Not surprisingly, “Harper’s top goal for 2010 is remaining in power,” which Jacobson notes will force the country’s conservatives “to claim credit even when it is not due to them.” While Harper has enjoyed unrivalled personal popularity throughout Canada, his party was not as warmly embraced. “Harper failed to convince the public to give them a majority” in successive federal elections during 2004, 2006, and 2008, though Jacobson notes that a new round of elections in 2010 might prove beneficial to the party.

Conservatives arguably have the most to gain in a new election, given the many self-inflected wounds suffered by the Liberals under [Michael] Ignatieff over the past year. The Conservatives nonetheless do not wish the public to blame them for a new and still unwelcome election.

In fact, it’s not clear if Harper’s Conservatives have much going for them beyond Ignatieff’s incompetence to effectively organize a viable opposition.

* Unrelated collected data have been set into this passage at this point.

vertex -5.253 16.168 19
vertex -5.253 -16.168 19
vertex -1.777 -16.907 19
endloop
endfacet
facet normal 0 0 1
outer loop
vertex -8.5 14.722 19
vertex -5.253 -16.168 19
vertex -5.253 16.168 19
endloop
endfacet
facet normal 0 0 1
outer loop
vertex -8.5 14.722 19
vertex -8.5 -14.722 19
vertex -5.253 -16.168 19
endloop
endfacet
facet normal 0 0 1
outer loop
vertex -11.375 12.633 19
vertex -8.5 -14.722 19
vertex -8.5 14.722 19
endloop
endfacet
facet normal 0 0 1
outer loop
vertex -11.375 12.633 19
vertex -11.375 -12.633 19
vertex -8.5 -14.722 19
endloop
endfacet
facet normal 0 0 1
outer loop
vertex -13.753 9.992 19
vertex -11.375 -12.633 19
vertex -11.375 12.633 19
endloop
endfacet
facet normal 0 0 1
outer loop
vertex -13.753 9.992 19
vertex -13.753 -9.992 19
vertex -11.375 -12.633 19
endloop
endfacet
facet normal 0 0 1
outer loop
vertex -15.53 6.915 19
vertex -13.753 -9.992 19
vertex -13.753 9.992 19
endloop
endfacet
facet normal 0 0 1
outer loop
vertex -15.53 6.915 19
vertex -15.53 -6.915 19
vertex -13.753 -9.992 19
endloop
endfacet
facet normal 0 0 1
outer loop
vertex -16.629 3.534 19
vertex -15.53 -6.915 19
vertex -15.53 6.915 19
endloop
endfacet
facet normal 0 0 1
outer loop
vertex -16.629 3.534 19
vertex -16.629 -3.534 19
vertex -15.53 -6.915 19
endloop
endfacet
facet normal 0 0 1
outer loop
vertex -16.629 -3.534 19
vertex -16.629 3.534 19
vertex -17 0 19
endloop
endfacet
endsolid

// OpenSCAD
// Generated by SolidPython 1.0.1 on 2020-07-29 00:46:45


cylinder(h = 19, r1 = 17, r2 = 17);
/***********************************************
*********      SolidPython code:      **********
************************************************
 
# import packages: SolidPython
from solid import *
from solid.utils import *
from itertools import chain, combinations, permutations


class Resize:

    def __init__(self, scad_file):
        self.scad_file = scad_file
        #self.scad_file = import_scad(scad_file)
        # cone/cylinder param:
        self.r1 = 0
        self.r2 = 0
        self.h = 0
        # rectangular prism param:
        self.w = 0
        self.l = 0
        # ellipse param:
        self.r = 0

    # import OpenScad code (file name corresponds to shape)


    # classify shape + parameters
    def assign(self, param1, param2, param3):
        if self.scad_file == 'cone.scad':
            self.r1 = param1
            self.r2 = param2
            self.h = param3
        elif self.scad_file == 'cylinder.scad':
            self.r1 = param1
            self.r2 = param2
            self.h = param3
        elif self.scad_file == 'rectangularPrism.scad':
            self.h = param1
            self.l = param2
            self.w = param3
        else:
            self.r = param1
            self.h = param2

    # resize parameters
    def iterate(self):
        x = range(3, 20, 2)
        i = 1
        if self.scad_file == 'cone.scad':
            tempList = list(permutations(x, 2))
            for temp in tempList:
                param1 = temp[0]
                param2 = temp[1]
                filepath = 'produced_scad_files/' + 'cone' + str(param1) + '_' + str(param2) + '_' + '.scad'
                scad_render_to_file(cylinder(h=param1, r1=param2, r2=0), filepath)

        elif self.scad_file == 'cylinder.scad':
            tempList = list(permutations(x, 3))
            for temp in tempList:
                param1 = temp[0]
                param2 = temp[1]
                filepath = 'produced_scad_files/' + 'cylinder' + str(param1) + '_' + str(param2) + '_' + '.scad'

Liberal disarray and disappointing fundraising in the second half of 2009 leave the Liberal party in poor shape to face an election, which Ignatieff now admits that the public does not want. Nor have the Liberals hit upon a potentially winning issue. They and the NDP have tried to turn the treatment of Afghan detainees transferred by the Canadian Forces to Afghan authorties in 2006 and 2007 into a major embarrassment for the government. So far, the public isn’t biting (51 percent remain unaware of the issue…), and it is far from clear that there is much political utility for any of the opposition parties in making a major push to continue this probe.

According to the cable, Harper’s second priority, after preserving his own employment, is to “re-grow the economy.” While the prime minister and his associates have taken the lion’s share of credit for helping steer the ship of state through the turbulent economic waters of the 2008 financial and economic crisis, the US embassy in Ottawa wasn’t so sure these claims were the entirely accurate. “The jury is still somewhat out on whether long-standing monetary and fiscal policies were the main factors,” the cable notes, “or whether Canada’s huge resource base and openness to international trade were not at least as much factors.” It didn’t matter, though because “the Conservatives have in any event pretty much succeeded in convincing the public that they are more trustworthy on this issue than the Liberal would be.” Still, “The Conservatives do not appear to have any bold measures up their sleeves to improve the economy, but appear content to wait for…a rising global economy—especially the US—to life all boats.”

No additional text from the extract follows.